Many deprivations and exclusions are causally correlated with
low income ("The rich do not choose the life styles associated
with the lack of necessities": Mack and Lansley 1985 p 96)
even though not all are. To discover which social evils correlate
with income levels is a matter for statistics. To discover which
income-related social evils are caused by low income and at what
levels is a matter for social science.[19]
2. The transition from the findings of social
research to the potential setting of specific benefit rates has
often been misunderstood, especially in government, partly perhaps
because of the paradox that social science provides data which
are methodologically reliable (they express the range of probability
for poverty boundaries and clusters correlating with low incomes)
but do not give precise guidance in individual cases. By contrast,
government needs to construct precise benefit scales for application
in individual cases, but these may not be wholly scientifically
reliable in the terms of the research findings. The intermediate
step, which makes it possible for governments to provide a credible
basis for the tiered range of income maintenance provisions from
minimum wage to social assistance, is the use of a governmental
minimum income standard which reflects a defensible public view
of the income needed for the minimally adequate level of living
for some section of the population to achieve what society defines
as human decency, the ability to take part in society and avoid
shame (all terms drawn from the European Union recommendations
on this topic). This is then the comparator against which the
precise details of income maintenance benefit scales can be calibrated,
taking the duration of dependence into account.
"Poverty Lines", Governmental
Minimum Income Standards and Income Maintenance Measures
Table 1[20]:
"Poverty lines" and MIS
"Poverty lines" are best described
as the income levels or bands which are statistically found most
closely to approximate to the boundaries between:
(a) high probability of correlation between
high rates of complex socially defined deprivations and low incomes;
and
(b) low probability of correlation between
incomes and deprivations.
Poverty lines are scientific measures
of the minimum incomes individuals and households are discovered
to need in order to take part in the society in which they live
and to avoid what is defined as deprivation and exclusion in that
society.
There are broadly two kinds:
(1) empirical poverty lines, based
on statistical survey evidence:
(a) showing the minimum income levels
at which people in fact are able and do take part decently
in society and avoid deprivation, or
(b) showing what the population itself
reports would on average be just sufficient to "make
ends meet".
(2) prescriptive poverty lines, based
on experts' calculations of the minimum income which ought
to be sufficient for minimally decent participation as socially
defined if used according to the budgeted prescriptions
based on evidence of prevailing adequate living patterns.
Scientific research into poverty boundaries
reveals what that society's standards of adequacy are, irrespective
of their political implications.
Governmental Minimum Income Standards (MIS)
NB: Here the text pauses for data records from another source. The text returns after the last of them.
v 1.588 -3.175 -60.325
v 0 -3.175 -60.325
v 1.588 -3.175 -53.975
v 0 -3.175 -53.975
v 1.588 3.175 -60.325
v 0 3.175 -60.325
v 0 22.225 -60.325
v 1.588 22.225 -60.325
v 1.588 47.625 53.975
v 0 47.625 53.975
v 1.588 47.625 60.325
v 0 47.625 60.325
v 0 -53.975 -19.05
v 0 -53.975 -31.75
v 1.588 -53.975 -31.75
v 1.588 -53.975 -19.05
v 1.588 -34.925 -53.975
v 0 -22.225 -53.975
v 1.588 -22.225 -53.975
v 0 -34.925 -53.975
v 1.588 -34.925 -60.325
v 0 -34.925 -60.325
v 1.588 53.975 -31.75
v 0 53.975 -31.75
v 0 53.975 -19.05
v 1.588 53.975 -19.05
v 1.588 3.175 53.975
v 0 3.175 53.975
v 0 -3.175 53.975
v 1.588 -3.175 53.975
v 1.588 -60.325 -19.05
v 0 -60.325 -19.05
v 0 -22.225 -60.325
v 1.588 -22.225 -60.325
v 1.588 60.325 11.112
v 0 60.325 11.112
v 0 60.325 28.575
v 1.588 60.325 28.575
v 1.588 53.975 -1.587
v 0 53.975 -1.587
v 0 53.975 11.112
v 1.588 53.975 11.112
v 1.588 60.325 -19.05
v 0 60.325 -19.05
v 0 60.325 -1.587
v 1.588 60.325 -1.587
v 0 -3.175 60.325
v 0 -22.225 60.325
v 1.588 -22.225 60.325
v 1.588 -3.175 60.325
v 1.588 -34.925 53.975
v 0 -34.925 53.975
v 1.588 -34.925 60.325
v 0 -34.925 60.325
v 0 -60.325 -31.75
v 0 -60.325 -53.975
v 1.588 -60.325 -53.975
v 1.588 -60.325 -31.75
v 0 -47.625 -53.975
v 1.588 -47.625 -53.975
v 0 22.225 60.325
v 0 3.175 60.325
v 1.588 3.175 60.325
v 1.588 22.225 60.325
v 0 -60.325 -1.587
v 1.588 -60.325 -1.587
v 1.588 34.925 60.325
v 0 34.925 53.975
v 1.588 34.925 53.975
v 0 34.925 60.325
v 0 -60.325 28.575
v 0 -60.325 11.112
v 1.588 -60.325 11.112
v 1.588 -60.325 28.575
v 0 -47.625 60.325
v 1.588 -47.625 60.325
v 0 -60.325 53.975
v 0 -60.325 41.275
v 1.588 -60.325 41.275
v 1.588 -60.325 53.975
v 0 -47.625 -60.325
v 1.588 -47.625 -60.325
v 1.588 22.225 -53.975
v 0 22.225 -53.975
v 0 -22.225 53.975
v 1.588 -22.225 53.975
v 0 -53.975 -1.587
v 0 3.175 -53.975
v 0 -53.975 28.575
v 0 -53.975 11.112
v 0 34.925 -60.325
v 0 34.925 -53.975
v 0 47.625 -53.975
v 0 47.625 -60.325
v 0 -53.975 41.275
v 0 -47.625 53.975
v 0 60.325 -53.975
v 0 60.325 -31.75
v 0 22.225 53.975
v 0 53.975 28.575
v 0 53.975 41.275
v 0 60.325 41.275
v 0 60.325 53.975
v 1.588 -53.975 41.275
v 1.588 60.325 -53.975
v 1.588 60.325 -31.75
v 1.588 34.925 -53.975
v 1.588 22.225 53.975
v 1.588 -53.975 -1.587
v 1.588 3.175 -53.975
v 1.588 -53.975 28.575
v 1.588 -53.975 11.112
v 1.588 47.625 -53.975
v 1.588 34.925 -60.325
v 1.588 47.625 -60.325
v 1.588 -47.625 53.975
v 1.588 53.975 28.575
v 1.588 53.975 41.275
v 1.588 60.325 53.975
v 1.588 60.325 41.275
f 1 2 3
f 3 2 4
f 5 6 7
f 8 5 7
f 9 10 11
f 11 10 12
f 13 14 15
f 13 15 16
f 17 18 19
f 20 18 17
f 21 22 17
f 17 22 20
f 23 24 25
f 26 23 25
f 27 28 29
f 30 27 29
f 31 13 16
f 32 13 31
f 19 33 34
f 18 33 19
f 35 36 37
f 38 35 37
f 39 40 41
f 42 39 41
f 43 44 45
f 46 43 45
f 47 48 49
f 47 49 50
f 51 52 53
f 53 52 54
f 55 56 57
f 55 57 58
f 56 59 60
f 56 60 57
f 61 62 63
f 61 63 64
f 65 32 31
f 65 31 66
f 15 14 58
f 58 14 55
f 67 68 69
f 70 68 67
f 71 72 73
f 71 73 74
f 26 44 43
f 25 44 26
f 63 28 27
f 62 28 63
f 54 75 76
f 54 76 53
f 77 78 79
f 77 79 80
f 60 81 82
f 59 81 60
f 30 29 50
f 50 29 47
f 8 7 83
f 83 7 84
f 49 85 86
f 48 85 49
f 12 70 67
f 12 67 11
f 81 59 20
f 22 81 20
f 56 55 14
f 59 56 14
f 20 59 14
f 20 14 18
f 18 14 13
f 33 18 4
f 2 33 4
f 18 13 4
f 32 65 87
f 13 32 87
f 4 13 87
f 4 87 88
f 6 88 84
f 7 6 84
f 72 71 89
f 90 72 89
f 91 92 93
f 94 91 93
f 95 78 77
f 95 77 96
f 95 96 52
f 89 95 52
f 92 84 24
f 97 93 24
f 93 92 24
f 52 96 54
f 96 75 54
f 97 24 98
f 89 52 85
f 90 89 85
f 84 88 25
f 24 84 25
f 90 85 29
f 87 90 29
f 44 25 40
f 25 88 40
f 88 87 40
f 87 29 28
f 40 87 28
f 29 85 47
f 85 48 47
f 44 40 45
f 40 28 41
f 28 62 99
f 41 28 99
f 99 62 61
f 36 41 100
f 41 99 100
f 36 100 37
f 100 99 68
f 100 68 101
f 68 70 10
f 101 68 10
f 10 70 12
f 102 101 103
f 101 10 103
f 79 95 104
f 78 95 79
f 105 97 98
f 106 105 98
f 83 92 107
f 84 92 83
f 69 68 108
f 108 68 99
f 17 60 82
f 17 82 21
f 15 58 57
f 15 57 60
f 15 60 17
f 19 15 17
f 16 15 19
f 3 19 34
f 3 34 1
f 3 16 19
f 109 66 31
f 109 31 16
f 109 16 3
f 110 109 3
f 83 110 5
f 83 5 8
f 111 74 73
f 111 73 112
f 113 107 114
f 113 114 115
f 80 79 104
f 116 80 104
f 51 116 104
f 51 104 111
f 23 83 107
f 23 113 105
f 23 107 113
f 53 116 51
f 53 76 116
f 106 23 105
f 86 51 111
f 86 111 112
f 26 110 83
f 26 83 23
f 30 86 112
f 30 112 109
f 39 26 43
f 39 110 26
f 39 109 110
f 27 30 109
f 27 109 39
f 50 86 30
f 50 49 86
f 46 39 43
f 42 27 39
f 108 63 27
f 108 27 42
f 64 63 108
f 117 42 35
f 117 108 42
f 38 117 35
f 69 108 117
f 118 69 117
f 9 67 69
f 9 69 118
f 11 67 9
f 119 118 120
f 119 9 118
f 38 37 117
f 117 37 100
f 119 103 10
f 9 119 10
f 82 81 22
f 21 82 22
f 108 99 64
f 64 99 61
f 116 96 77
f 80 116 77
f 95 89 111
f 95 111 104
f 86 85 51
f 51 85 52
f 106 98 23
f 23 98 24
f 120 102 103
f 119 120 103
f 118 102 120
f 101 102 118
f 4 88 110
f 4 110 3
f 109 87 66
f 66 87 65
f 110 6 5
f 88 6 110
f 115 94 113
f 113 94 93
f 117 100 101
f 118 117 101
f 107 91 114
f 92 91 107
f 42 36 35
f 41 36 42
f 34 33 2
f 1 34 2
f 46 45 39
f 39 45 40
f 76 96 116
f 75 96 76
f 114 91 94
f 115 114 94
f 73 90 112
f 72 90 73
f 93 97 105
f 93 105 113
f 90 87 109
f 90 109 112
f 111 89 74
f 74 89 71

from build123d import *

# Parameters (mm, degrees)
F0_W      = 120.65
F0_H      = 120.65
F1_DEPTH  = 1.5875
F2_W      = 12.7
F2_H      = 6.35
F3_DEPTH  = 1.5875
F4_W      = 12.7
F4_H      = 6.35
F5_DEPTH  = 1.5875
F6_W      = 6.35
F6_H      = 6.35
F7_DEPTH  = 1.5875
F8_W      = 12.7
F8_H      = 6.35
F9_DEPTH  = 1.5875
F10_W     = 12.7
F10_H     = 6.35
F11_DEPTH = 1.5875
F12_W     = 6.35
F12_H     = 12.7
F13_DEPTH = 1.5875
F14_W     = 6.35
F14_H     = 12.7
F15_DEPTH = 1.5875
F16_W     = 6.35
F16_H     = 12.7
F17_DEPTH = 1.5875
F18_W     = 12.7
F18_H     = 6.35
F19_DEPTH = 1.5875
F20_W     = 12.7
F20_H     = 6.35
F20_W_2   = 6.35
F21_DEPTH = 1.5875
F22_W     = 6.35
F22_H     = 12.7
F23_DEPTH = 1.5875
F24_W     = 6.35
F24_H     = 12.7
F25_DEPTH = 1.5875


with BuildPart() as f1:
    # F0 (on Right) → F1 (new body)
    with BuildSketch(Plane.YZ):
        Rectangle(F0_W, F0_H)
    extrude(amount=F1_DEPTH)

    # F2 (on face) → F3 (cut)
    with BuildSketch(Plane(origin=(0, 0, 0), x_dir=(0, -1, 0), z_dir=(-1, 0, 0))):
        with Locations((53.975, 57.15)):
            Rectangle(F2_W, F2_H)
    extrude(amount=-F3_DEPTH, mode=Mode.SUBTRACT)

    # F4 (on face) → F5 (cut)
    with BuildSketch(Plane(origin=(0, 0, 0), x_dir=(0, -1, 0), z_dir=(-1, 0, 0))):
        with Locations((28.575, 57.15)):
            Rectangle(F4_W, F4_H)
    extrude(amount=-F5_DEPTH, mode=Mode.SUBTRACT)

    # F6 (on face) → F7 (cut)
    with BuildSketch(Plane(origin=(0, 0, 0), x_dir=(0, -1, 0), z_dir=(-1, 0, 0))):
        with Locations((0, 57.15)):
            Rectangle(F6_W, F6_H)
    extrude(amount=-F7_DEPTH, mode=Mode.SUBTRACT)

    # F8 (on face) → F9 (cut)
    with BuildSketch(Plane(origin=(0, 0, 0), x_dir=(0, -1, 0), z_dir=(-1, 0, 0))):
        with Locations((-53.975, 57.15)):
            Rectangle(F8_W, F8_H)
    extrude(amount=-F9_DEPTH, mode=Mode.SUBTRACT)

    # F10 (on face) → F11 (cut)
    with BuildSketch(Plane(origin=(0, 0, 0), x_dir=(0, -1, 0), z_dir=(-1, 0, 0))):
        with Locations((-28.575, 57.15)):
            Rectangle(F10_W, F10_H)
    extrude(amount=-F11_DEPTH, mode=Mode.SUBTRACT)

    # F12 (on face) → F13 (cut)
    with BuildSketch(Plane(origin=(0, 0, 0), x_dir=(0, -1, 0), z_dir=(-1, 0, 0))):
        with Locations((-57.15, 34.925)):
            Rectangle(F12_W, F12_H)
    extrude(amount=-F13_DEPTH, mode=Mode.SUBTRACT)

    # F14 (on face) → F15 (cut)
    with BuildSketch(Plane(origin=(0, 0, 0), x_dir=(0, -1, 0), z_dir=(-1, 0, 0))):
        with Locations((-57.15, 4.7625)):
            Rectangle(F14_W, F14_H)
    extrude(amount=-F15_DEPTH, mode=Mode.SUBTRACT)

    # F16 (on face) → F17 (cut)
    with BuildSketch(Plane(origin=(0, 0, 0), x_dir=(0, -1, 0), z_dir=(-1, 0, 0))):
        with Locations((-57.15, -25.4)):
            Rectangle(F16_W, F16_H)
    extrude(amount=-F17_DEPTH, mode=Mode.SUBTRACT)

    # F18 (on face) → F19 (cut)
    with BuildSketch(Plane(origin=(0, 0, 0), x_dir=(0, -1, 0), z_dir=(-1, 0, 0))):
        with Locations((-53.975, -57.15)):
            Rectangle(F18_W, F18_H)
        with Locations((53.975, -57.15)):
            Rectangle(F18_W, F18_H)
    extrude(amount=-F19_DEPTH, mode=Mode.SUBTRACT)

    # F20 (on face) → F21 (cut)
    with BuildSketch(Plane(origin=(0, 0, 0), x_dir=(0, -1, 0), z_dir=(-1, 0, 0))):
        with Locations((-28.575, -57.15)):
            Rectangle(F20_W, F20_H)
        with Locations((0, -57.15)):
            Rectangle(F20_W_2, F20_H)
        with Locations((28.575, -57.15)):
            Rectangle(F20_W, F20_H)
    extrude(amount=-F21_DEPTH, mode=Mode.SUBTRACT)

    # F22 (on face) → F23 (cut)
    with BuildSketch(Plane(origin=(0, 0, 0), x_dir=(0, -1, 0), z_dir=(-1, 0, 0))):
        with Locations((57.15, 34.925)):
            Rectangle(F22_W, F22_H)
        with Locations((57.15, 4.7625)):
            Rectangle(F22_W, F22_H)
    extrude(amount=-F23_DEPTH, mode=Mode.SUBTRACT)

    # F24 (on face) → F25 (cut)
    with BuildSketch(Plane(origin=(0, 0, 0), x_dir=(0, -1, 0), z_dir=(-1, 0, 0))):
        with Locations((57.15, -25.4)):
            Rectangle(F24_W, F24_H)
    extrude(amount=-F25_DEPTH, mode=Mode.SUBTRACT)


solid = f1.part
are political criteria of the adequacy of income levels
for some given minimum real level of living (for a given period
of time or indefinitely, of some section or all of the population)
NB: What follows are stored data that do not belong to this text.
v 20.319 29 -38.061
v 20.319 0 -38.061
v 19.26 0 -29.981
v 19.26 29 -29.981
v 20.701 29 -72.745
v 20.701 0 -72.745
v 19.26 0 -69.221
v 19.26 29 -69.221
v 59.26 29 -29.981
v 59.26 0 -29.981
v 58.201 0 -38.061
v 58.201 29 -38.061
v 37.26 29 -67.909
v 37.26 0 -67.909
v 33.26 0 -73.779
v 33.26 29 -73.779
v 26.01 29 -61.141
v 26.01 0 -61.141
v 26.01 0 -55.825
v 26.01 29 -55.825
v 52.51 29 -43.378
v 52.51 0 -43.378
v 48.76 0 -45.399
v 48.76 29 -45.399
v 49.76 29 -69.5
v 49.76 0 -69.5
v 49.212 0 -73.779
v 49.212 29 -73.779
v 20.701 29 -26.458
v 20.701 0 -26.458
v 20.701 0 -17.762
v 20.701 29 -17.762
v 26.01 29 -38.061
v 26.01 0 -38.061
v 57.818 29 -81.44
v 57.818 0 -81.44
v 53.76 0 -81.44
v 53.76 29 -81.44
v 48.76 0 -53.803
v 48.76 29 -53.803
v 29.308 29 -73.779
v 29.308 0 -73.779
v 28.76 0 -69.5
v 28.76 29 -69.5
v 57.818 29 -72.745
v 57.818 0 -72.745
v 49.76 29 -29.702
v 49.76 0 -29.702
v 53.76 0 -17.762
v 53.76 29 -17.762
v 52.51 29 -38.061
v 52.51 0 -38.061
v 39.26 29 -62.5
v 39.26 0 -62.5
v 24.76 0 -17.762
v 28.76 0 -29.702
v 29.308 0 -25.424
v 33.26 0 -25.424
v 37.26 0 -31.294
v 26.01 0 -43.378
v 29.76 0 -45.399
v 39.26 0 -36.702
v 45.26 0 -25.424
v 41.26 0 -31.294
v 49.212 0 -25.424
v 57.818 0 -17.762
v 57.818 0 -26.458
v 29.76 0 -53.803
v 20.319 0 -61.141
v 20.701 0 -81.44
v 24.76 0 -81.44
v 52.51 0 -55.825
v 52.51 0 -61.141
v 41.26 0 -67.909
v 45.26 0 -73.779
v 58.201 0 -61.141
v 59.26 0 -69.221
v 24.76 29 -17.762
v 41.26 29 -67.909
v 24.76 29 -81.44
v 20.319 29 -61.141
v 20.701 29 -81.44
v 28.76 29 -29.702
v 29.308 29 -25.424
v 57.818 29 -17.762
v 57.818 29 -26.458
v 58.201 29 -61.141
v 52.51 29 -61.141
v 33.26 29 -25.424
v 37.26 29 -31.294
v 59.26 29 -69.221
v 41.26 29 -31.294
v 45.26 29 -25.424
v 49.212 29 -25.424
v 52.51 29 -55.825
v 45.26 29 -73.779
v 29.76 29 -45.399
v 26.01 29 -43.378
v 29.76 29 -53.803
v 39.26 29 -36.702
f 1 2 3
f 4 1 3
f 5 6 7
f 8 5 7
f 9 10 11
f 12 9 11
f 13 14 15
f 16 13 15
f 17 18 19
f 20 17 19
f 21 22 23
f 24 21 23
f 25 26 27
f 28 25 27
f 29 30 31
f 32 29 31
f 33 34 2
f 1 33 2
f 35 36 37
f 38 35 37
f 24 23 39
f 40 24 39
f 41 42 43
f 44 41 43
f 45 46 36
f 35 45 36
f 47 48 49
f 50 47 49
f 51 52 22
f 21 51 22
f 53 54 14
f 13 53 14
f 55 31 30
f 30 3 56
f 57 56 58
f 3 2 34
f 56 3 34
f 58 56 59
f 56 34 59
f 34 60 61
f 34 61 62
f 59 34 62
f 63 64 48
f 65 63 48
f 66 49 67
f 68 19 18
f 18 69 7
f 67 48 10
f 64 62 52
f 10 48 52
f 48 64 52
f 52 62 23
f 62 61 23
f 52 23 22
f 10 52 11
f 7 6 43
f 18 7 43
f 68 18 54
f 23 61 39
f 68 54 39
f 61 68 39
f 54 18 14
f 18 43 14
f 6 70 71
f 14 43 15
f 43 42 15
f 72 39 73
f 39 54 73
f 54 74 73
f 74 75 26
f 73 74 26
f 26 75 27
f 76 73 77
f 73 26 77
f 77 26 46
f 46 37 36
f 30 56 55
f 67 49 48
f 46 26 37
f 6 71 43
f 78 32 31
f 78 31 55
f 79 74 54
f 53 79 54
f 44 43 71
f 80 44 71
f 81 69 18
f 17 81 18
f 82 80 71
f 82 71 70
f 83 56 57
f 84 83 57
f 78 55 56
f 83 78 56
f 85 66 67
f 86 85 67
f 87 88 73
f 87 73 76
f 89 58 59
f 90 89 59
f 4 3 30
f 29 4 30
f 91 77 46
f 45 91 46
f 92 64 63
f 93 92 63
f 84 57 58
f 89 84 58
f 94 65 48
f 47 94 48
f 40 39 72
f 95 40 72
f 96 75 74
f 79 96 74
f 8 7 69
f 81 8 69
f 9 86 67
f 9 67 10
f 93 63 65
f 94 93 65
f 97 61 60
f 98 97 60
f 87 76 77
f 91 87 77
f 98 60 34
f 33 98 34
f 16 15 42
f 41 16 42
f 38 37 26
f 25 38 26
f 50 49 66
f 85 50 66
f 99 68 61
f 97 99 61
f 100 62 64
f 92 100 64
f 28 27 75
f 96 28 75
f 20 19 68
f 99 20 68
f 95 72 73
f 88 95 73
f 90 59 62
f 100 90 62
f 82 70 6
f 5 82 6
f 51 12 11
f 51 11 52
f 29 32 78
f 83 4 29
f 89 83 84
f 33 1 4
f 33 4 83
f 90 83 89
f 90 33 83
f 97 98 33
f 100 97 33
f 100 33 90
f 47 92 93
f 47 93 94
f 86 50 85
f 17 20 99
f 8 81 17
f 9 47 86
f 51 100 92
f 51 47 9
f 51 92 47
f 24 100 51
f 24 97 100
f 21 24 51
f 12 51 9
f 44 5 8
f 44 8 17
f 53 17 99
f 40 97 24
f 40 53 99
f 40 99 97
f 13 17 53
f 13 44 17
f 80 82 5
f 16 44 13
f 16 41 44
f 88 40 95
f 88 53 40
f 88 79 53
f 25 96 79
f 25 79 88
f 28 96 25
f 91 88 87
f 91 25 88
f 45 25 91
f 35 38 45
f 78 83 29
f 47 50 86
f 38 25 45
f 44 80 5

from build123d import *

# Parameters (mm, degrees)
BOSS_EXTRUDE1_DEPTH = 29


with BuildPart() as part:
    # Sketch1 → Boss-Extrude1 (new body)
    with BuildSketch(Plane(origin=(0, 0, 0), x_dir=(1, 0, 0), z_dir=(0, 1, 0))):
        Polygon((24.759890606, 17.762425379), (28.759890606, 29.702343473), (29.307835455, 25.423793289), (33.259890606, 25.423793289), (37.259890606, 31.293559553), (39.259890606, 36.702343473), (41.259890606, 31.293559553), (45.259890606, 25.423793289), (49.211945756, 25.423793289), (49.759890606, 29.702343473), (53.759890606, 17.762425379), (57.818331734, 17.762425379), (57.818331734, 26.457588678), (59.259890606, 29.980893658), (58.200604263, 38.06142419), (52.509890606, 38.06142419), (52.509890606, 43.377759071), (48.759890606, 45.399346339), (48.759890606, 53.802982108), (52.509890606, 55.824569376), (52.509890606, 61.140904257), (58.200604263, 61.140904257), (59.259890606, 69.221434789), (57.818331734, 72.744739769), (57.818331734, 81.439903068), (53.759890606, 81.439903068), (49.759890606, 69.499984974), (49.211945756, 73.778535158), (45.259890606, 73.778535158), (41.259890606, 67.908768894), (39.259890606, 62.499984974), (37.259890606, 67.908768894), (33.259890606, 73.778535158), (29.307835455, 73.778535158), (28.759890606, 69.499984974), (24.759890606, 81.439903068), (20.701449477, 81.439903068), (20.701449477, 72.744739769), (19.259890606, 69.221434789), (20.319176948, 61.140904257), (26.009890606, 61.140904257), (26.009890606, 55.824569376), (29.759890606, 53.802982108), (29.759890606, 45.399346339), (26.009890606, 43.377759071), (26.009890606, 38.06142419), (20.319176948, 38.06142419), (19.259890606, 29.980893658), (20.701449477, 26.457588678), (20.701449477, 17.762425379), align=None)
    extrude(amount=BOSS_EXTRUDE1_DEPTH)


solid = part.part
embodied in or symbolised by a formal administrative instrument
or other construct.
MIS are based on political considerations
and there are several types, discussed in this report.
The standard of adequacy of MIS is primarily
a political reflection of that government's values, ideology
and electoral considerations.
Social assistance and other minimum income
benefits are based on political decisions about how much
government is willing to pay to people in certain categories.
Though social assistance is by definition designed
for the poor, its actual benefits may be demonstrably inadequate
to meet minimum income or other needs for social participation.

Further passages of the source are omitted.